A disappointed flower enthusiast.

Marketing with Intent in 2018

The way that people search online has evolved, and search engines like Google have grown to understand and adapt to this evolution in order to capture the most accurate needs and wants of users. To maximize usefulness and cut down on aimless searching, Google has broadened its scope to allow for and optimize toward search intent.

When a user types a specific sequence of terms, Google wants to return not only the best results for those exact terms, but also results that may also speak to the intent of the person entering them into the search box. What might this user mean, outside of the explicit terminology he or she is providing? And where Google goes, marketers and advertisers must follow.

Enter: intent-based marketing and advertising.

The Importance of Intent

Search Engine Land puts it best: “a keyword can look like a perfect fit, but if most of the searches related to a term aren’t related to your business, that keyword probably isn’t worth your time or money.” Understanding the intent behind the terms users might type in to find your business is key.

If you own an online flower shop, and you optimize for not only every type of flower imaginable but also for keywords like “flower guides” and “flower power,” you can see how user intent may not align with conversions. When searchers arrive at your online flower shop looking for “flower guides for 2018” before they head out on their flower identification trip (it could be a thing!) and only find bouquets for Mother’s Day, their intent does not align with your content.

You may be getting a lot of traffic from your overzealous optimization with all keywords flower, but if your new abundance of users intended to find something and didn’t, that traffic isn’t worth its weight in conversions. Of course, an increase in traffic for even something closely related to your product IS worth something organically (SEO allows you to spread your intent wings a little further to increase brand awareness though content optimization of related keywords). In this case, you might want to write up a flower guide for your shop’s blog and try to capture that audience’s intent AND desire to shop through ranking that article, but you don’t want your main selling page to rank for this keyword.

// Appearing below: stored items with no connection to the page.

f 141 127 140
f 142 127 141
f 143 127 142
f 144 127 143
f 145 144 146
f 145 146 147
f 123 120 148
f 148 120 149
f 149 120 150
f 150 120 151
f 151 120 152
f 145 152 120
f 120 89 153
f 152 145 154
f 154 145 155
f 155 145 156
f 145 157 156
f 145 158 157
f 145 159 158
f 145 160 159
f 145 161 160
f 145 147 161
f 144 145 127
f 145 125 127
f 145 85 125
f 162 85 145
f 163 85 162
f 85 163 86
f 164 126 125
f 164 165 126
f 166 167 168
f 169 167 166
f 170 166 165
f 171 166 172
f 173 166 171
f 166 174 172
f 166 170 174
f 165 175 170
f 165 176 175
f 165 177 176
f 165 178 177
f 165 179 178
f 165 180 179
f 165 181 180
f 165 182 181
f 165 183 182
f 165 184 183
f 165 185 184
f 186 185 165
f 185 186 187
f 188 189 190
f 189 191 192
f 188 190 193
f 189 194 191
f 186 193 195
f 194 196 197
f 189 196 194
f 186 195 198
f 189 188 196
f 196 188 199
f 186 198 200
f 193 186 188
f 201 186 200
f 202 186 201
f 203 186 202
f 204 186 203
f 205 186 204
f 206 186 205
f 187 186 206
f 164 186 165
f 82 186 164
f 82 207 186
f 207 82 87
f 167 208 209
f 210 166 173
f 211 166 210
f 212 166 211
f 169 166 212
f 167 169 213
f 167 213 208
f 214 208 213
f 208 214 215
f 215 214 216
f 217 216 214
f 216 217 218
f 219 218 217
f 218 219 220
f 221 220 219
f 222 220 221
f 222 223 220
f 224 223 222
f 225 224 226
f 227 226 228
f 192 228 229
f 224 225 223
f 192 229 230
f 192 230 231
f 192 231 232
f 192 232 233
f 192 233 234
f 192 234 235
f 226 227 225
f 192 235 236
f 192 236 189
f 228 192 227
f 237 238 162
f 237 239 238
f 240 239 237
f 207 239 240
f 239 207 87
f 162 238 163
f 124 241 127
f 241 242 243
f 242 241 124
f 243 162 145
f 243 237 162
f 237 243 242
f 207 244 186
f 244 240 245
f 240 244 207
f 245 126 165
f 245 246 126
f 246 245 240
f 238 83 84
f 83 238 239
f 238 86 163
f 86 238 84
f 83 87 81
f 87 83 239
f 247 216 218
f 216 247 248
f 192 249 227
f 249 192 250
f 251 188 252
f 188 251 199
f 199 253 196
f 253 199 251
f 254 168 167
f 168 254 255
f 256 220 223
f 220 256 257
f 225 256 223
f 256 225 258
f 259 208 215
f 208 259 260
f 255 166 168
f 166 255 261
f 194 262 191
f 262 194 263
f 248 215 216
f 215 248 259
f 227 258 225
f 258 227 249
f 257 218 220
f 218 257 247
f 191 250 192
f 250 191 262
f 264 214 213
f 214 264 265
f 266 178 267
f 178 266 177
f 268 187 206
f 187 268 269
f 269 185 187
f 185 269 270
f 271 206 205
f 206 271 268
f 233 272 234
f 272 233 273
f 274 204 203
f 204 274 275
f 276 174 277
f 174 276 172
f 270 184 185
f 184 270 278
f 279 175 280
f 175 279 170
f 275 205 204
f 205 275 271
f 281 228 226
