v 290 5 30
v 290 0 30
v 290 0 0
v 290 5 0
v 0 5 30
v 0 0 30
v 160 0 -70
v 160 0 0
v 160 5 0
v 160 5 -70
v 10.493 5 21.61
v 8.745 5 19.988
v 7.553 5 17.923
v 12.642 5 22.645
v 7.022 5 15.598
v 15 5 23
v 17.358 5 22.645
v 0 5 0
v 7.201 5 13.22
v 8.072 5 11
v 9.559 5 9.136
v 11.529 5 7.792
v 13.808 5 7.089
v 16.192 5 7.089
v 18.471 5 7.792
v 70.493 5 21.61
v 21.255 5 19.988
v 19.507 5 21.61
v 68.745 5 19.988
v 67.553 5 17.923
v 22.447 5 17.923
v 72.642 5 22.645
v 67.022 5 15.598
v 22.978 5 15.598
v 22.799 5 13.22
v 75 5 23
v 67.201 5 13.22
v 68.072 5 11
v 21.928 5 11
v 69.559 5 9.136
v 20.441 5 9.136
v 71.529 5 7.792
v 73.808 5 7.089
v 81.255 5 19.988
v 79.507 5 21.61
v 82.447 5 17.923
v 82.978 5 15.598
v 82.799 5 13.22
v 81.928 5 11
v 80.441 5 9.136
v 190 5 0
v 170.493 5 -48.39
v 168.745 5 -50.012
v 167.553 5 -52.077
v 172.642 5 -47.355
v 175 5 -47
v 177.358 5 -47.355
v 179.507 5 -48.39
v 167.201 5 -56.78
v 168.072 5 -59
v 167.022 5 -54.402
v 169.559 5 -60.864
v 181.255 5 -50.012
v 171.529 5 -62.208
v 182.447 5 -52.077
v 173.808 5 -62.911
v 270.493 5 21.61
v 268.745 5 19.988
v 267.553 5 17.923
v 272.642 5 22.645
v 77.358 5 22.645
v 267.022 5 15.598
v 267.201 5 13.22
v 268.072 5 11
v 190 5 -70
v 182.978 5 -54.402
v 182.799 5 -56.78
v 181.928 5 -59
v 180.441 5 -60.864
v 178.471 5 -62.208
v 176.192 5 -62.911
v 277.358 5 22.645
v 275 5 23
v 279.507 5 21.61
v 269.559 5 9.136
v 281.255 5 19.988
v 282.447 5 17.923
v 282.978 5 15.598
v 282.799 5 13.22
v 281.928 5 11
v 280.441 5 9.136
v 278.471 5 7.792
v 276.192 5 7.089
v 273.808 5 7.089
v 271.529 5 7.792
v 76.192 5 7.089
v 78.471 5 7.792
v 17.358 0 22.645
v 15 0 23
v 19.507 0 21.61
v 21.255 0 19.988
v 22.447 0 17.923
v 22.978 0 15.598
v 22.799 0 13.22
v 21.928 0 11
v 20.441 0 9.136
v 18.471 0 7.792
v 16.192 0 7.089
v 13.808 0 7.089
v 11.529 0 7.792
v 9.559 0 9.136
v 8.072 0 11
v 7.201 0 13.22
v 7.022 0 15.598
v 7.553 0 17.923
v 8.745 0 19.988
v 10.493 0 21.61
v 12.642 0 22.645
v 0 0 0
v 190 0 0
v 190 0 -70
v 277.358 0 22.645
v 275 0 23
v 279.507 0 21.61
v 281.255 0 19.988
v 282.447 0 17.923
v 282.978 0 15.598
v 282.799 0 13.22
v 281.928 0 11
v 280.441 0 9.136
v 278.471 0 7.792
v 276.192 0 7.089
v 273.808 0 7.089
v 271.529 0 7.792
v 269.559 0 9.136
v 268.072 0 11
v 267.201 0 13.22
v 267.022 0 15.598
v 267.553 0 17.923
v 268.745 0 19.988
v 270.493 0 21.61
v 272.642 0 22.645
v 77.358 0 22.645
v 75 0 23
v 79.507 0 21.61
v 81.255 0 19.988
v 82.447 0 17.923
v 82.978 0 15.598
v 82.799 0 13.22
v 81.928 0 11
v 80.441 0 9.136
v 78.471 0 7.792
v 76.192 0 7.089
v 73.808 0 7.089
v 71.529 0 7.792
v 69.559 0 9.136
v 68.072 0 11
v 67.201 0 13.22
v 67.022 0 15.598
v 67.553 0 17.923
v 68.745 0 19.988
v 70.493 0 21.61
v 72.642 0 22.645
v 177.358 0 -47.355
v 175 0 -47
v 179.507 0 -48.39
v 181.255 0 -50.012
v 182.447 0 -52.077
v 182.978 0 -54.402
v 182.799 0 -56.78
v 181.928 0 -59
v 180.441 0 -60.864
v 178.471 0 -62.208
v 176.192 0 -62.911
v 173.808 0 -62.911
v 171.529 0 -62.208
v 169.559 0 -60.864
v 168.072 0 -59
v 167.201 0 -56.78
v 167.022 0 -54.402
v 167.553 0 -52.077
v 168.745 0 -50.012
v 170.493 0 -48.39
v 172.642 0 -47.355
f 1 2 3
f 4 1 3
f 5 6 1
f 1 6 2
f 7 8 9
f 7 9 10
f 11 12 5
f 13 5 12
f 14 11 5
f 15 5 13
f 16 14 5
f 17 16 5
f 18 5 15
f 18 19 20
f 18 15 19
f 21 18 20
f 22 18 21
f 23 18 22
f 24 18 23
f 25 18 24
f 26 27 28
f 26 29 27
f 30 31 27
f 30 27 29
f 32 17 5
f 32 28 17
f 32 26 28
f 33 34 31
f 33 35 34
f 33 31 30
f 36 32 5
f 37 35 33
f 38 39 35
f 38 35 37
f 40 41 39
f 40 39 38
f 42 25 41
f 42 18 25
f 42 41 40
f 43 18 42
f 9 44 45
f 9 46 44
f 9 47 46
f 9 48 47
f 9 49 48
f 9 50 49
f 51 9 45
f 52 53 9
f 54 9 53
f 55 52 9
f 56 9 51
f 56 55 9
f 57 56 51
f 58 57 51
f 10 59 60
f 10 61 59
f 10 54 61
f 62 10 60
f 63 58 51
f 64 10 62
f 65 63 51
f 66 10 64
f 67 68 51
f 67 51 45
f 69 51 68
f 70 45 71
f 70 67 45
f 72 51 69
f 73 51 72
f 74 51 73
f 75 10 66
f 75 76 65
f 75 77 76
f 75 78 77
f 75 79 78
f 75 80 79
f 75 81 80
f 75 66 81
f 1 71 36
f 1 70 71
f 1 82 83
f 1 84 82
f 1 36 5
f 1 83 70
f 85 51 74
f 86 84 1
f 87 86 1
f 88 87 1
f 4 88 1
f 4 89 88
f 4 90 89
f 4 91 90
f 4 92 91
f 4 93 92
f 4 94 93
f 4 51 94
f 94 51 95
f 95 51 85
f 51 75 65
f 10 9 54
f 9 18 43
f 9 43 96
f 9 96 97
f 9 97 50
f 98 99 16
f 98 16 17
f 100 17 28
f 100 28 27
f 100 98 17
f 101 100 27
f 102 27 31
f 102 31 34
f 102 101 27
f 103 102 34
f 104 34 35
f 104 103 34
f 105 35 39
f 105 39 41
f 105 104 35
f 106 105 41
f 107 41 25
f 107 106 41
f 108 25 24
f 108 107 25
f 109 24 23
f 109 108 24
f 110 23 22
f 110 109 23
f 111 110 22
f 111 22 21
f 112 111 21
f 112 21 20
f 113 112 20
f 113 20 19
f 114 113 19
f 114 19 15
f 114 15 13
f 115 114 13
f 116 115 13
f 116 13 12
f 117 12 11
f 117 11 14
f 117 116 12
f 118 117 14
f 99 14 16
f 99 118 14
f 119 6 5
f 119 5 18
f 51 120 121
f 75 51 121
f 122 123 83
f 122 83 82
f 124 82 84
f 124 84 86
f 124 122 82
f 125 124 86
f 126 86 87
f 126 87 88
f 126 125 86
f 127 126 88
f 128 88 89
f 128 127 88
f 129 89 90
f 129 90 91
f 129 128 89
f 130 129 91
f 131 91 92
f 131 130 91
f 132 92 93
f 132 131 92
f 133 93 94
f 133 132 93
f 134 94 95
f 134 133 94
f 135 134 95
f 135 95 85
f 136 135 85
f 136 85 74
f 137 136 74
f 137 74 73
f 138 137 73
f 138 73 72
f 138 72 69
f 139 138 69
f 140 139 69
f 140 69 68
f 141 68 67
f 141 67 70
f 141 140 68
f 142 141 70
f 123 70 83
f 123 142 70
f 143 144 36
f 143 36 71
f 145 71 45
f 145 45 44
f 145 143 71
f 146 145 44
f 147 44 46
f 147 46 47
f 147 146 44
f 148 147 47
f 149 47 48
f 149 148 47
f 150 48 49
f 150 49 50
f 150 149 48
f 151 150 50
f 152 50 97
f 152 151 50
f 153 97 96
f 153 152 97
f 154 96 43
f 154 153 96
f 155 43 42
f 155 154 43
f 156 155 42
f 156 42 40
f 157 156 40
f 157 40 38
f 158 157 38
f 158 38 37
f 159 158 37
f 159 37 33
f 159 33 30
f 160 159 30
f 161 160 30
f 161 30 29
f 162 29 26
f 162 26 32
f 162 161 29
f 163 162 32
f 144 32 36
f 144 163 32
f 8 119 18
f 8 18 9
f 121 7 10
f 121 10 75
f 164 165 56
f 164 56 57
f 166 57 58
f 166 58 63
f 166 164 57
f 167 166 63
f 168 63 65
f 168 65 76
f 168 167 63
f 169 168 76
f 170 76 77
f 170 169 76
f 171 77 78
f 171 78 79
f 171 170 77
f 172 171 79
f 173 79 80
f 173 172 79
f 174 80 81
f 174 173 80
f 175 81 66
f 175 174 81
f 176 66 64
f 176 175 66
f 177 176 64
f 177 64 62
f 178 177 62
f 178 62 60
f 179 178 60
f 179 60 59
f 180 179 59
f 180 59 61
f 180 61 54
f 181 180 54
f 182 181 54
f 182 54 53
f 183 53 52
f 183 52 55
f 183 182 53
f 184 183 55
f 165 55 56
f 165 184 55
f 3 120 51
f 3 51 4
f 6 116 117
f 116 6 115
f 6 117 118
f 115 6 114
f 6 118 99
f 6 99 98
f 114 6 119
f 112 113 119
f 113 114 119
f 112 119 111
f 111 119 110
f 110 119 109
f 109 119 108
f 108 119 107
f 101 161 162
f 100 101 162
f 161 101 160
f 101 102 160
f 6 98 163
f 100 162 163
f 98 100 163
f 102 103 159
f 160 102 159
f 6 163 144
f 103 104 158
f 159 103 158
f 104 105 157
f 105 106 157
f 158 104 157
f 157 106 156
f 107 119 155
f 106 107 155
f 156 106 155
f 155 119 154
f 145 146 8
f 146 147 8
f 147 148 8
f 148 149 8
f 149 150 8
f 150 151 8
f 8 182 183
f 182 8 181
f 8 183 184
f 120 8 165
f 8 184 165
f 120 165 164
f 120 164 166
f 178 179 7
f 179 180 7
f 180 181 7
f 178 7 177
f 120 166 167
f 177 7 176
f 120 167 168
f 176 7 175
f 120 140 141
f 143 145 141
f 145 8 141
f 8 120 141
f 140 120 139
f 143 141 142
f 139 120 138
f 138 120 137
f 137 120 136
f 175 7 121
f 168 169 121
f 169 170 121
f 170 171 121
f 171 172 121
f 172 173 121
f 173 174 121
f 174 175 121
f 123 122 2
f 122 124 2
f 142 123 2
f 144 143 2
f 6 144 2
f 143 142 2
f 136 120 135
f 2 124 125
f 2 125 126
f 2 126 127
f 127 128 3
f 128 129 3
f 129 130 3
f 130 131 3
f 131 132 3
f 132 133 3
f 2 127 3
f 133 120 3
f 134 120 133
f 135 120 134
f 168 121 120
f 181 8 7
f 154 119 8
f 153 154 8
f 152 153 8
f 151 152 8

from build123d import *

# Parameters (mm, degrees)
SKETCH2_W           = 290
SKETCH2_H           = 30
SKETCH2_R           = 8
SKETCH2_W_2         = 30
SKETCH2_H_2         = 90
BOSS_EXTRUDE5_DEPTH = 5


with BuildPart() as part:
    # Sketch2 → Boss-Extrude5 (new body)
    # profile 1 of 2: a face of its own
    with BuildSketch(Plane(origin=(0, 0, 0), x_dir=(1, 0, 0), z_dir=(0, 1, 0))):
        with Locations((145, -15)):
            Rectangle(SKETCH2_W, SKETCH2_H)
        with Locations(Location((15, -15, 0), (0, 0, 270))):
            Circle(SKETCH2_R, mode=Mode.SUBTRACT)
        with Locations(Location((275, -15, 0), (0, 0, 270))):
            Circle(SKETCH2_R, mode=Mode.SUBTRACT)
        with Locations(Location((75, -15, 0), (0, 0, 270))):
            Circle(SKETCH2_R, mode=Mode.SUBTRACT)
    # profile 2 of 2: a face of its own
    with BuildSketch(Plane(origin=(0, 0, 0), x_dir=(1, 0, 0), z_dir=(0, 1, 0))):
        with Locations((175, 25)):
            Rectangle(SKETCH2_W_2, SKETCH2_H_2)
        with Locations(Location((175, 55, 0), (0, 0, 270))):
            Circle(SKETCH2_R, mode=Mode.SUBTRACT)
    extrude(amount=BOSS_EXTRUDE5_DEPTH)


solid = part.part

Why? Because if Google sees that your selling page is getting a lot of traffic for flower guides – something you don’t even have!  – that same content will be tougher to rank for “daisies for sale” or “bouquets for mom” as well. In this way, you can jeopardize your entire paid and organic conversion strategy by getting intent wrong.

Intent – Based Research

A good first step, as Search Engine Land suggests, is to Google some of your main keywords and see if the top results align with what you are trying to sell to people who come to your website.

 

Screenshot of Google

 

Notice how Google is showing educational information first? This is a good indicator that Google finds the intent behind this keyword to be primarily focused on learning about flowers, not selling them (Look at Proflowers listening to our organic article advice, though!).

 

ScreenShot Mother's Day Bouquet

 

“Mother’s Day Bouquet”, on the other hand, definitely has some serious purchasing power to it. The intent behind this term aligns with what you are trying to do. Though the word “flower” may not be included, or “purchase,” Google has determined that people searching for that keyword intend on purchasing a Mother’s Day Bouquet.

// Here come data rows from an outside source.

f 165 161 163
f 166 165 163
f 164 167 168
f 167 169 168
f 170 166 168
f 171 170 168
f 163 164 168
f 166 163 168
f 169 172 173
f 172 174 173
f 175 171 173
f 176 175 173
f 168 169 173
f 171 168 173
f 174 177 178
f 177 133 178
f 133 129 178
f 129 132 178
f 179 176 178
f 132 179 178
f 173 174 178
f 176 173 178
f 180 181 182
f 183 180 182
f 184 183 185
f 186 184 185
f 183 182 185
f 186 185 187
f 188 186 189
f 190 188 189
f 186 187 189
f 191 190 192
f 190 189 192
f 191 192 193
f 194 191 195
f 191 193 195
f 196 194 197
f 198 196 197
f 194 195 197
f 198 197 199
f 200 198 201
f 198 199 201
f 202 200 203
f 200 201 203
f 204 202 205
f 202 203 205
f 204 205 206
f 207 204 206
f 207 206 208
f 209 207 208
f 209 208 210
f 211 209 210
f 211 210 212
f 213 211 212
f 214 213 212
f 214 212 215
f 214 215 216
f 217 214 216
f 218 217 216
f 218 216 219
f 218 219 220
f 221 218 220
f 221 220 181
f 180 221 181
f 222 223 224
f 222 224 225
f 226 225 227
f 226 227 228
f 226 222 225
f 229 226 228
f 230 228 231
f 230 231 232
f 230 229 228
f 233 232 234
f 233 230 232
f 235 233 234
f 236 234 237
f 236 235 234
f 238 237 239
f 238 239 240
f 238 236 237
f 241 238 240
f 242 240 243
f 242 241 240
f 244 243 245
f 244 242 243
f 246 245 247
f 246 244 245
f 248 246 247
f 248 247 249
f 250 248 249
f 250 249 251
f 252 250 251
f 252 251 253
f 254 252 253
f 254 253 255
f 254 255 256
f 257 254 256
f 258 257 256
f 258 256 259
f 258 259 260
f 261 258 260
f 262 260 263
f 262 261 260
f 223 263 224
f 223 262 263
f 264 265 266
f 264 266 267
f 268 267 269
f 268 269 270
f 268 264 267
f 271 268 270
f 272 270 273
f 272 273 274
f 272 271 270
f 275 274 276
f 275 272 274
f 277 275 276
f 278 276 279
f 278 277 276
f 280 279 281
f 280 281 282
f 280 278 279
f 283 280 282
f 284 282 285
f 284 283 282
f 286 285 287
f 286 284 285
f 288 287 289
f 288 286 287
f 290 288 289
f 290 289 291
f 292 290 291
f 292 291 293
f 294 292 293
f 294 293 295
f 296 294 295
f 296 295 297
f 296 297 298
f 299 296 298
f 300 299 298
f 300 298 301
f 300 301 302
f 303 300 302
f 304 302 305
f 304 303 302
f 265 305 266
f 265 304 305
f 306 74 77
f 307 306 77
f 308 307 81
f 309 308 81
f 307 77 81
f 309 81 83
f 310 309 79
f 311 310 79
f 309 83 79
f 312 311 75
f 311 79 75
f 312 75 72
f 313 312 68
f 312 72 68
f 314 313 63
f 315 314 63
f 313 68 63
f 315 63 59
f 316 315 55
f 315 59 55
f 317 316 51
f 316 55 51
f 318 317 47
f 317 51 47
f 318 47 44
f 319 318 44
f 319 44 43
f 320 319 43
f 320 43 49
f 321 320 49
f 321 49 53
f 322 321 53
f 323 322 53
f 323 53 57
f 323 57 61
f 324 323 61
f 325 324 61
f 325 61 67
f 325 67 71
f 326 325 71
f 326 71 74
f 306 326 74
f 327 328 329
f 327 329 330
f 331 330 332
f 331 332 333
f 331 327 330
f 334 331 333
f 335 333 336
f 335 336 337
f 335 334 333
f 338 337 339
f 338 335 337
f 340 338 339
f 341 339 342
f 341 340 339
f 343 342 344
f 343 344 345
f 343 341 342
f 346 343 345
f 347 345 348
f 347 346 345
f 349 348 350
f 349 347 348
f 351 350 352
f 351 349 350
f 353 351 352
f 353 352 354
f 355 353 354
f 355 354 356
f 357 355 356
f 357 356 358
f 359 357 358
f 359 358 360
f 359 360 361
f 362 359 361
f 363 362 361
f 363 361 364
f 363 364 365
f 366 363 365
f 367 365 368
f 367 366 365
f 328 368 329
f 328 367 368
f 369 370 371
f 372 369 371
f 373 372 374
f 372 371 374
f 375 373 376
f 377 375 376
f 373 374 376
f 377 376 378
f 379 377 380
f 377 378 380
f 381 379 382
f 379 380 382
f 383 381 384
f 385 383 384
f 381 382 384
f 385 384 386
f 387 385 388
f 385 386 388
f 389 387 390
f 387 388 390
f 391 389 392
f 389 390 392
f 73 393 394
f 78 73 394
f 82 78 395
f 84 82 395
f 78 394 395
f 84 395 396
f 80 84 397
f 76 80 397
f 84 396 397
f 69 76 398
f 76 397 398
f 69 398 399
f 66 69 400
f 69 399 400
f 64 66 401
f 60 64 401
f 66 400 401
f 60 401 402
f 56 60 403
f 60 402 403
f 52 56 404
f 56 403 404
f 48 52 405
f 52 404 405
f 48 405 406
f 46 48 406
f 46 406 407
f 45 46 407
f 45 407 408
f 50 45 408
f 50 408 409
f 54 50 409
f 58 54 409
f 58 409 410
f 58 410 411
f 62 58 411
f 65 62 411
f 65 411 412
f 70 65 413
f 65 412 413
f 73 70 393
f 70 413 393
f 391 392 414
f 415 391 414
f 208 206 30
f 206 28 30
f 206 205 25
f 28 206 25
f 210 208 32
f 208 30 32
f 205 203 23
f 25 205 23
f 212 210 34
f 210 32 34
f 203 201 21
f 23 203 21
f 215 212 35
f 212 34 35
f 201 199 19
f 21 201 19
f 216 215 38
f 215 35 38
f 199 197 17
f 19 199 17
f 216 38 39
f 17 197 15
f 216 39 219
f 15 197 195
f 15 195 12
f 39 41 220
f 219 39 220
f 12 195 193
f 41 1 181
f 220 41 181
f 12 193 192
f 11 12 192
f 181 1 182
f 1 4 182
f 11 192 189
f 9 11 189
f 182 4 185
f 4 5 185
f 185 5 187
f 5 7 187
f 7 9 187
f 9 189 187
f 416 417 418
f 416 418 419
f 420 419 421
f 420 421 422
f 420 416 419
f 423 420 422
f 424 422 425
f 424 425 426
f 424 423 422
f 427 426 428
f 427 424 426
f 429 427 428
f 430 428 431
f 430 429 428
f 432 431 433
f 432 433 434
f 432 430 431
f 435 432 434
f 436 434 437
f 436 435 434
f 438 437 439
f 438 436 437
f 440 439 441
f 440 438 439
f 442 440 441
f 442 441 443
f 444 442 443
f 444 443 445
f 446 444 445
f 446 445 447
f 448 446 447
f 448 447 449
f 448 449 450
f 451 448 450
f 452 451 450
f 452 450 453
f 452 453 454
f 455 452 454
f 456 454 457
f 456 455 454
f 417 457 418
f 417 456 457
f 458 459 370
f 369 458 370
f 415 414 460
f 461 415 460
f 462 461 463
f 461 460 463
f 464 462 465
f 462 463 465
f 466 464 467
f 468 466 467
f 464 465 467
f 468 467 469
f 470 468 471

Understanding what each of your keywords are really intended for can help you to better narrow in on your target audience and therefore strengthen both your organic search and especially your paid search strategies. After all, do you want to spend money for clicks on a keyword that is not used by people intending to convert? As we touched on earlier, understanding intent may also help you build an organic content strategy by offering secondary keywords that might help generate traffic and brand awareness for your site through article creation.

Custom Intent Audiences

So, Google has clearly prioritized understanding the intent behind certain keywords and delivering what it thinks is the most relevant content (e.g. “Mother’s Day Bouquet” leads to purchasing opportunities despite no mention of the word “purchase” in the query). But beyond that, what is the search engine doing to capitalize even further on intent? Let’s talk Display Network for a moment.

Months ago, Google released Custom Intent Audiences for Display only, which are highly targeted audiences who are most likely to be interested in and therefore purchase your product or service. You can take advantage of auto-generated intent audiences or create your own by tying together keywords and URLs related to your offering. The idea is to direct shoppers who are looking at content related to your product to convert on your site. Essentially, you are leveraging peoples’ search habits to determine what their intention is (to buy something related to that search).

In March, Google extended Custom Intent Audiences to include YouTube. According to Search Engine Land, “To use custom intent audiences on YouTube, advertisers will set up a video campaign in AdWords and add keywords related to their products or services that their prospects are likely to be searching during their research. Those people can then be reached with ads as they watch videos on YouTube. Targeting is based simply on users having performed particular searches on Google.com.”

The creation and expansion of Custom Intent Audiences show that understanding what people are trying to do online – whether it is through the use of a keyword or through the viewing of a video – can help businesses better understand and market to their target audiences. This trend will only continue with new releases from Google and more algorithmic changes to accommodate intent – so now is the time to get on board.